**ASSIGNED TASK:** Each line below from the one containing "#17=DIRECTION('',(1.,0.,0.));" through the one containing "#28=CIRCLE('',#27,1.5);" should be output exactly as it stands, and no other line should appear.

[Extracted data entries]
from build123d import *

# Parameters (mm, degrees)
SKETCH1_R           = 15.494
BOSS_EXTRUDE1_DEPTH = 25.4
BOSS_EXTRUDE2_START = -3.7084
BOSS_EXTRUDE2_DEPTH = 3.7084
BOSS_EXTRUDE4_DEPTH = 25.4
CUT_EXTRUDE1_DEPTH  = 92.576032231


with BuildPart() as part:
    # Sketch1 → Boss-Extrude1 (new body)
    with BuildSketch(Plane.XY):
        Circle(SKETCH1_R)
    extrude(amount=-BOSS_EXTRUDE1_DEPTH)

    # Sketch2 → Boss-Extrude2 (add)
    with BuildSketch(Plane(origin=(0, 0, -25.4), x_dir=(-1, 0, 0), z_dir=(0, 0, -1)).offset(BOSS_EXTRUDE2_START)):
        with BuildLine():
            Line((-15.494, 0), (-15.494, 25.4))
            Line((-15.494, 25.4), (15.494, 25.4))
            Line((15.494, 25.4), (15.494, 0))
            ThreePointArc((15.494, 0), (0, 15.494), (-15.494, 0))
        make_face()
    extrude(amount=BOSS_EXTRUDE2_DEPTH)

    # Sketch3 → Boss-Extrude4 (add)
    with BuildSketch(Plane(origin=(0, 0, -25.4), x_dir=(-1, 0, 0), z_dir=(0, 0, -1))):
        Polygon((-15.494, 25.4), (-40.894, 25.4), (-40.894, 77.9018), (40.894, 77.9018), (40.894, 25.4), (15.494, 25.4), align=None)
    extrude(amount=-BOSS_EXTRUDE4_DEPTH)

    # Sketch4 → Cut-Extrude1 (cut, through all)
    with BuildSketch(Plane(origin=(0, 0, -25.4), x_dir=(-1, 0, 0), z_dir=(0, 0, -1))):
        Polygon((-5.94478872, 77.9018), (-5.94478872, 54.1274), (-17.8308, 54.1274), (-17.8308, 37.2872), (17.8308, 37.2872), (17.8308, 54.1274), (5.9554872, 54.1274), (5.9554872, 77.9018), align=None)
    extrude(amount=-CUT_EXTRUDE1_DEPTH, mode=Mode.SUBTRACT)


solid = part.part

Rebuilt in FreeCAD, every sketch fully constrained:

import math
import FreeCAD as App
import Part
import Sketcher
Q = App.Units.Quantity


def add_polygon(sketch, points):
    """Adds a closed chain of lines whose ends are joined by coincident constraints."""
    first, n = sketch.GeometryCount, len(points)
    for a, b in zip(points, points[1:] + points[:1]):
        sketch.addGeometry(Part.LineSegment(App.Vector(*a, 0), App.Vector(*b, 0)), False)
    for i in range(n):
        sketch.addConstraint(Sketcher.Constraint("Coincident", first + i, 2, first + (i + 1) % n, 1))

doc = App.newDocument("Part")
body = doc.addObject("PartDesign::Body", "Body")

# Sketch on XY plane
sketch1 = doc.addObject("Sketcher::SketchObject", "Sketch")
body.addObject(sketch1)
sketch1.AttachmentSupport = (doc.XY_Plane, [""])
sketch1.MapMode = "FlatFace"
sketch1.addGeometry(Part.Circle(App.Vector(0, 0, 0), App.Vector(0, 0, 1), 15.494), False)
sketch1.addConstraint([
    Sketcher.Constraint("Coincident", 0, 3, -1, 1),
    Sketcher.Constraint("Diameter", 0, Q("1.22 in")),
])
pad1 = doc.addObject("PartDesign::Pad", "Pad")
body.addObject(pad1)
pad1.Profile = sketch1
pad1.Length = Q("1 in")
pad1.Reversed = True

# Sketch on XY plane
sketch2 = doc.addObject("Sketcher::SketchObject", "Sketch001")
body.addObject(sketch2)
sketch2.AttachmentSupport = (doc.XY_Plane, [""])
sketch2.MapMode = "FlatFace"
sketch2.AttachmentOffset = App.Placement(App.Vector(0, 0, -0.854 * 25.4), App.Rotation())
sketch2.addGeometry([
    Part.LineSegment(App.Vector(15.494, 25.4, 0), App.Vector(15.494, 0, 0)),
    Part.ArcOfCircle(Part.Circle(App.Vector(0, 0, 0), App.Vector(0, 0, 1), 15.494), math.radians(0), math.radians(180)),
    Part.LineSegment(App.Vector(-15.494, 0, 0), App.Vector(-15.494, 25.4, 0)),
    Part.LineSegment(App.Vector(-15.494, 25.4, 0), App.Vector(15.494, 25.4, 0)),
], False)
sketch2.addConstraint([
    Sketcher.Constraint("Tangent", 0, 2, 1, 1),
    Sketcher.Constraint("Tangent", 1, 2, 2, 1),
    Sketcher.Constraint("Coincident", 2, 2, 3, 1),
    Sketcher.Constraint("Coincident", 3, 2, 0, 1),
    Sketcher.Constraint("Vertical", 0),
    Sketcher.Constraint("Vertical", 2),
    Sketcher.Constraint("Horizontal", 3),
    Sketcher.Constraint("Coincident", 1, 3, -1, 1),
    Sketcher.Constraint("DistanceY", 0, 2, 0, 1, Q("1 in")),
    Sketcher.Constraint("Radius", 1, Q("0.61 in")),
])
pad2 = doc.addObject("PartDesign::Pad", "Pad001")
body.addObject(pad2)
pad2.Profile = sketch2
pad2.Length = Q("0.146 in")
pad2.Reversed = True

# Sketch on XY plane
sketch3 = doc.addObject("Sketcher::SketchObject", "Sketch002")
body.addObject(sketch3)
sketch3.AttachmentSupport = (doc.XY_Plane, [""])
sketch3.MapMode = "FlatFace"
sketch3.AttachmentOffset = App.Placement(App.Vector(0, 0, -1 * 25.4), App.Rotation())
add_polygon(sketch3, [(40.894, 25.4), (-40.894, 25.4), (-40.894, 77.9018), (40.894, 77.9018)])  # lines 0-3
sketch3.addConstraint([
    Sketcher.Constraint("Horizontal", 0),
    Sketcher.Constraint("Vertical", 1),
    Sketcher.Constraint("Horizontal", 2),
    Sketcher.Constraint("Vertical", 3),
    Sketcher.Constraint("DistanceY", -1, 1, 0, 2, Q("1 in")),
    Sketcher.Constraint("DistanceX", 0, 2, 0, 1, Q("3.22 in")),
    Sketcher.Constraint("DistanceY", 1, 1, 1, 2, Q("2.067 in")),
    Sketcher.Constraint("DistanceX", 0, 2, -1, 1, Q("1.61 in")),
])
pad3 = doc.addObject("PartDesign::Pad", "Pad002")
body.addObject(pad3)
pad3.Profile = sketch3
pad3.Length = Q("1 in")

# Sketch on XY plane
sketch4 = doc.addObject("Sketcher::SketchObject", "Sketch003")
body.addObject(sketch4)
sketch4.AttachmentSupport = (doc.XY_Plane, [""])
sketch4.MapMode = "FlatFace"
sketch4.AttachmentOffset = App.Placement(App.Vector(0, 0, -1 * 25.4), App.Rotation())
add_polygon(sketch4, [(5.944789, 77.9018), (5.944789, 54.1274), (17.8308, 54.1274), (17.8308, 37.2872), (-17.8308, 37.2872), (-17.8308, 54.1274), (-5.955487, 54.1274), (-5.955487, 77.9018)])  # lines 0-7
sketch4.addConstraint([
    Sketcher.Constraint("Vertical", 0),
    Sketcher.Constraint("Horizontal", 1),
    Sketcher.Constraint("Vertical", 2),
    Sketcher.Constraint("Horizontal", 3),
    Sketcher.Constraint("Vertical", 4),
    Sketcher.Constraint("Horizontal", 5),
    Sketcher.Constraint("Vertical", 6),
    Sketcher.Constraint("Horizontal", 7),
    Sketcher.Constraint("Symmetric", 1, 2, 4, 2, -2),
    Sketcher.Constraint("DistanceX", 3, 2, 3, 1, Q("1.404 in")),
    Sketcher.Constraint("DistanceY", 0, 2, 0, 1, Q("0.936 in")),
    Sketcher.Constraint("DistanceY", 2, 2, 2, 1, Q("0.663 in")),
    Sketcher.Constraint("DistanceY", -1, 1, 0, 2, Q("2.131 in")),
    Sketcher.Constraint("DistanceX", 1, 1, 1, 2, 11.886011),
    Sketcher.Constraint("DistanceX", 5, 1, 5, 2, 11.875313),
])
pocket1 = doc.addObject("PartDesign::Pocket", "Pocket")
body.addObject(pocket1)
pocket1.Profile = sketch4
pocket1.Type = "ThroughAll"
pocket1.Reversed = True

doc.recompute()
==
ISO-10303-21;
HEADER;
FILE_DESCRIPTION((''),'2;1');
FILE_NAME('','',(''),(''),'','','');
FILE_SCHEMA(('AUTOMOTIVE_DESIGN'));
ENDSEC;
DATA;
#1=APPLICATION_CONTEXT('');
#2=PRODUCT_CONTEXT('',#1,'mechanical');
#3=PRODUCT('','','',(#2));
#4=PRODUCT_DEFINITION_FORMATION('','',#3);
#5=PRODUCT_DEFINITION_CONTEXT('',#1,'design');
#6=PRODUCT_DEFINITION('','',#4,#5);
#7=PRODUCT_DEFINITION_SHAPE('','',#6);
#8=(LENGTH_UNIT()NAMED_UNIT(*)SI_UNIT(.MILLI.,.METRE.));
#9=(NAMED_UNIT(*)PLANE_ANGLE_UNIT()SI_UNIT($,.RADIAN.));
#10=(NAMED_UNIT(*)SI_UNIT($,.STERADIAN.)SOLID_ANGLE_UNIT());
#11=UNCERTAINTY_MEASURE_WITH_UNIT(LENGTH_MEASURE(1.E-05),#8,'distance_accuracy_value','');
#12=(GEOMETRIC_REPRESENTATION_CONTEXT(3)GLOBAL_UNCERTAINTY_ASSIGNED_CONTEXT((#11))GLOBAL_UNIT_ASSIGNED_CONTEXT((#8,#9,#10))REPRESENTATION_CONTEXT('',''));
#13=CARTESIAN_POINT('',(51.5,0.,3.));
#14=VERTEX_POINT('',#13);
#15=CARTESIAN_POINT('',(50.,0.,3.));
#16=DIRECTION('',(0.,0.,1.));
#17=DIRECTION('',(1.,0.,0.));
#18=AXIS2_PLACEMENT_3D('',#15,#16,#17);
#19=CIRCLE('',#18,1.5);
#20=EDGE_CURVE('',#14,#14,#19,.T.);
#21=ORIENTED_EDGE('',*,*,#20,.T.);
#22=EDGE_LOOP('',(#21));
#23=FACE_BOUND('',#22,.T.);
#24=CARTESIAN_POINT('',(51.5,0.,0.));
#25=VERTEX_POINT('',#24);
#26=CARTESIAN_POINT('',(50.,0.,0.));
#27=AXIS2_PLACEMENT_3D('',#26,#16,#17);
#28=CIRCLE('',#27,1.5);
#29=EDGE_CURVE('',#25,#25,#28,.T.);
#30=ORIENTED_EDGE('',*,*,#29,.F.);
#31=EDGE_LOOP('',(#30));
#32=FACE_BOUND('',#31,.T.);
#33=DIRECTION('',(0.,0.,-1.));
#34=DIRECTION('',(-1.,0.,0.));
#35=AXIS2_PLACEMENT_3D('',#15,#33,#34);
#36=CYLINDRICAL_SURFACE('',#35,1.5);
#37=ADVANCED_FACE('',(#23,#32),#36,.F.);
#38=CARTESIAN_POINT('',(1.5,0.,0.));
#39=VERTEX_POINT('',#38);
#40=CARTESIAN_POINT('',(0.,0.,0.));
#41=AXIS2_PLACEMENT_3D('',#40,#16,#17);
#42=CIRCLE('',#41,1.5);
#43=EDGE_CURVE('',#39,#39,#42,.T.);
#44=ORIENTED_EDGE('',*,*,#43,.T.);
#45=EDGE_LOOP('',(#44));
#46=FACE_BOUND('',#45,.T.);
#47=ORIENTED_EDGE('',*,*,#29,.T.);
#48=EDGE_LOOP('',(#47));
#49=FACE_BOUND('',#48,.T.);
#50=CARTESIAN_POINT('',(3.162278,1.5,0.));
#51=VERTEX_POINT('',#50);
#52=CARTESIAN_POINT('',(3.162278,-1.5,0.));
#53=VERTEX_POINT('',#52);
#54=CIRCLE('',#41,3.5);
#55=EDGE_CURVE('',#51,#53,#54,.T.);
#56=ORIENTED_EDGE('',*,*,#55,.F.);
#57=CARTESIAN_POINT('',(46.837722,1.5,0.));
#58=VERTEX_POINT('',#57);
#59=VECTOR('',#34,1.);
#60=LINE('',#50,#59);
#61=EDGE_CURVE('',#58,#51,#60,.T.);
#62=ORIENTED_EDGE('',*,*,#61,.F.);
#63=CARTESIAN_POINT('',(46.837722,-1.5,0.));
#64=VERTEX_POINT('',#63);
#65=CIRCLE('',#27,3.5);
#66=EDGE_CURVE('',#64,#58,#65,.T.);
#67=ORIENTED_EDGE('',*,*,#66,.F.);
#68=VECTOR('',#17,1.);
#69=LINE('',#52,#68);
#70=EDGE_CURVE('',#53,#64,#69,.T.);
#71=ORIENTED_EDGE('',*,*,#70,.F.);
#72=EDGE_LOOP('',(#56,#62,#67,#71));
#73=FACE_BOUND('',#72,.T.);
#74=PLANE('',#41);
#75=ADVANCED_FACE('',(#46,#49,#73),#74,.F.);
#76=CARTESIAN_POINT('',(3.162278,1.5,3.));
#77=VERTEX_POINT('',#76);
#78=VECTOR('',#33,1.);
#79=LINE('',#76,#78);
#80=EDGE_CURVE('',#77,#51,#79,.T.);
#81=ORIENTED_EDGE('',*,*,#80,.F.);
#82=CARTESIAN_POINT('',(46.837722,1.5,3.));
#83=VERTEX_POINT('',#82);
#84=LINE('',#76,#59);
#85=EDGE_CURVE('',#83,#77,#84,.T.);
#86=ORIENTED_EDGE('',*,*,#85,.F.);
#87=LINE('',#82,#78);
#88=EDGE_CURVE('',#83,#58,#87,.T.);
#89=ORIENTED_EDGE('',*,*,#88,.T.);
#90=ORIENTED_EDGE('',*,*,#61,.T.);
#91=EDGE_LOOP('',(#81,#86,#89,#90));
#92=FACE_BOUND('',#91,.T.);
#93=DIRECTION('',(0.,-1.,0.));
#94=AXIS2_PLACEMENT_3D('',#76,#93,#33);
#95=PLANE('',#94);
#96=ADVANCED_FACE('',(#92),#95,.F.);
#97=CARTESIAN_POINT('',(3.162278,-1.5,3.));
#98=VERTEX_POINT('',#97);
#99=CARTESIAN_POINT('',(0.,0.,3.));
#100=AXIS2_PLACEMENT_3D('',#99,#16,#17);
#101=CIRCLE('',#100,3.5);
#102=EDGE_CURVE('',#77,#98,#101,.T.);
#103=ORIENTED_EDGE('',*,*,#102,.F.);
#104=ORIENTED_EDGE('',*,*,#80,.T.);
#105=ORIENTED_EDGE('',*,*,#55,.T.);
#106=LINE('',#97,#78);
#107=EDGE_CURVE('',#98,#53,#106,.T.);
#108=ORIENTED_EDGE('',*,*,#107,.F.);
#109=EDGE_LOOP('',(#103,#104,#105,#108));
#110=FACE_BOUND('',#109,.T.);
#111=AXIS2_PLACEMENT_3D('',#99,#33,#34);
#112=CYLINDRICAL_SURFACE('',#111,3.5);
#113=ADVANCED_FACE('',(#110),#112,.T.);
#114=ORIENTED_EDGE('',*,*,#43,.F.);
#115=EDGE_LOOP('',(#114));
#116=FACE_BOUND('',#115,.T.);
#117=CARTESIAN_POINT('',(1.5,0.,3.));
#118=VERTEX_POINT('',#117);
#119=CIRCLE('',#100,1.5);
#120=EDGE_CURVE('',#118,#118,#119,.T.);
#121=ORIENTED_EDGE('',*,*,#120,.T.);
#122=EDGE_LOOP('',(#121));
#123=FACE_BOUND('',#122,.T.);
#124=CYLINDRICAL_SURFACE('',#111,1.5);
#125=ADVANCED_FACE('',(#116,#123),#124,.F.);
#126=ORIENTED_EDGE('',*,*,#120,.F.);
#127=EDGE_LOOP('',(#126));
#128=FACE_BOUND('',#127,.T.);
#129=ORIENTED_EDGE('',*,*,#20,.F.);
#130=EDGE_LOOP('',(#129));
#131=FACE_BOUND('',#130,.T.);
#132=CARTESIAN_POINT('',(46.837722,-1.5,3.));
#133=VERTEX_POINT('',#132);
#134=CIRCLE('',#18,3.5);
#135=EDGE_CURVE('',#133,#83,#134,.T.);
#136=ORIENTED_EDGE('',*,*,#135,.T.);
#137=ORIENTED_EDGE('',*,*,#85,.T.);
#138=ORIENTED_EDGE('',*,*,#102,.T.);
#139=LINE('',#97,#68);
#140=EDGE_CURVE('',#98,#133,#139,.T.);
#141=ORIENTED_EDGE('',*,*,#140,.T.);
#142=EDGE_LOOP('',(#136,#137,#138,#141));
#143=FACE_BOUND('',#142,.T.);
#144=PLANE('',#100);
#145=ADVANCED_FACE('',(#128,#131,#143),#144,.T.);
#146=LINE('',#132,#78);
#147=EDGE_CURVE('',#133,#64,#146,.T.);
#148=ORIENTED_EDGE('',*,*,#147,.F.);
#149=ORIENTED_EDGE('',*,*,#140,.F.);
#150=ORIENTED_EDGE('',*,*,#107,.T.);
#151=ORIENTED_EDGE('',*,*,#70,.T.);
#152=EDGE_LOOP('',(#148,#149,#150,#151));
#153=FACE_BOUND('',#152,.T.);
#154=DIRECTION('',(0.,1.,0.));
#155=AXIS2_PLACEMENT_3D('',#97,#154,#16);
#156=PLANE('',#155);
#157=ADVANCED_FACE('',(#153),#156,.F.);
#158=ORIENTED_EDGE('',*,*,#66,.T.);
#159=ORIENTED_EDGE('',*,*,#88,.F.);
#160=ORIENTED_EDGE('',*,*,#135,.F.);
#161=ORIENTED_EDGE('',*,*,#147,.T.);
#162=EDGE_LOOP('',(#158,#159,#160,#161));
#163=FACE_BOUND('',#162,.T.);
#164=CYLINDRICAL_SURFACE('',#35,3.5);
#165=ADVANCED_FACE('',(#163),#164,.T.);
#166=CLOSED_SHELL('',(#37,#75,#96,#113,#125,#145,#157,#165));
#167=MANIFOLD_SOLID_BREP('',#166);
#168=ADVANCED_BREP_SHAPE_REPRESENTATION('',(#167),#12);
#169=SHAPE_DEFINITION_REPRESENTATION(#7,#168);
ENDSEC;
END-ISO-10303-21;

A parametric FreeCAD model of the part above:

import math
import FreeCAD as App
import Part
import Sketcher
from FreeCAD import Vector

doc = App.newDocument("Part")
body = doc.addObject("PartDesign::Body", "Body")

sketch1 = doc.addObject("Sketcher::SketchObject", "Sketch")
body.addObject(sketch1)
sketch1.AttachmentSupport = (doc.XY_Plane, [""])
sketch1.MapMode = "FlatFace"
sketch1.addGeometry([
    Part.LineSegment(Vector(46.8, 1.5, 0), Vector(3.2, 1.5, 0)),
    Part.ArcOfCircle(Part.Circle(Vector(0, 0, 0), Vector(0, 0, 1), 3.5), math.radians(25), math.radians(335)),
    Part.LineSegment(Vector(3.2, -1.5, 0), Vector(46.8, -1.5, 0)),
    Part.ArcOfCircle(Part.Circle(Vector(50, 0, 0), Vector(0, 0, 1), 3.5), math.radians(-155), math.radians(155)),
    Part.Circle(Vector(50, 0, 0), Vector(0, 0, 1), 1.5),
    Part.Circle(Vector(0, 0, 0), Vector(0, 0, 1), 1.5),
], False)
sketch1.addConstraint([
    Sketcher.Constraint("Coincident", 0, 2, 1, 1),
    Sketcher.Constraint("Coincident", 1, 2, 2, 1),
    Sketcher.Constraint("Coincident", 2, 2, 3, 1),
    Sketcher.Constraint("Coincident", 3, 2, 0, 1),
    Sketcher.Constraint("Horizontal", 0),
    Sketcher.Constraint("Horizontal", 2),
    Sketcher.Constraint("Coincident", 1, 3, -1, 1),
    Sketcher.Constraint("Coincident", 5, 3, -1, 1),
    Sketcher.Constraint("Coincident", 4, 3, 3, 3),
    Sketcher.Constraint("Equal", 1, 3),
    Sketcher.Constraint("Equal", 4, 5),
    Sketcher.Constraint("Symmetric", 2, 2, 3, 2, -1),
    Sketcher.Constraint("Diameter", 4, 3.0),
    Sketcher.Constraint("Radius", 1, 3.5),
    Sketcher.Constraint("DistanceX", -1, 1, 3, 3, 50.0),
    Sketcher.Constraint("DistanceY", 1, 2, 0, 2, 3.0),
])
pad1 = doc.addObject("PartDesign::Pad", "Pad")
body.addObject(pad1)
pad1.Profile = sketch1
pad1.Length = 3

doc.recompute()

**ANSWER SECTION:**
#17=DIRECTION('',(1.,0.,0.));
#18=AXIS2_PLACEMENT_3D('',#15,#16,#17);
#19=CIRCLE('',#18,1.5);
#20=EDGE_CURVE('',#14,#14,#19,.T.);
#21=ORIENTED_EDGE('',*,*,#20,.T.);
#22=EDGE_LOOP('',(#21));
#23=FACE_BOUND('',#22,.T.);
#24=CARTESIAN_POINT('',(51.5,0.,0.));
#25=VERTEX_POINT('',#24);
#26=CARTESIAN_POINT('',(50.,0.,0.));
#27=AXIS2_PLACEMENT_3D('',#26,#16,#17);
#28=CIRCLE('',#27,1.5);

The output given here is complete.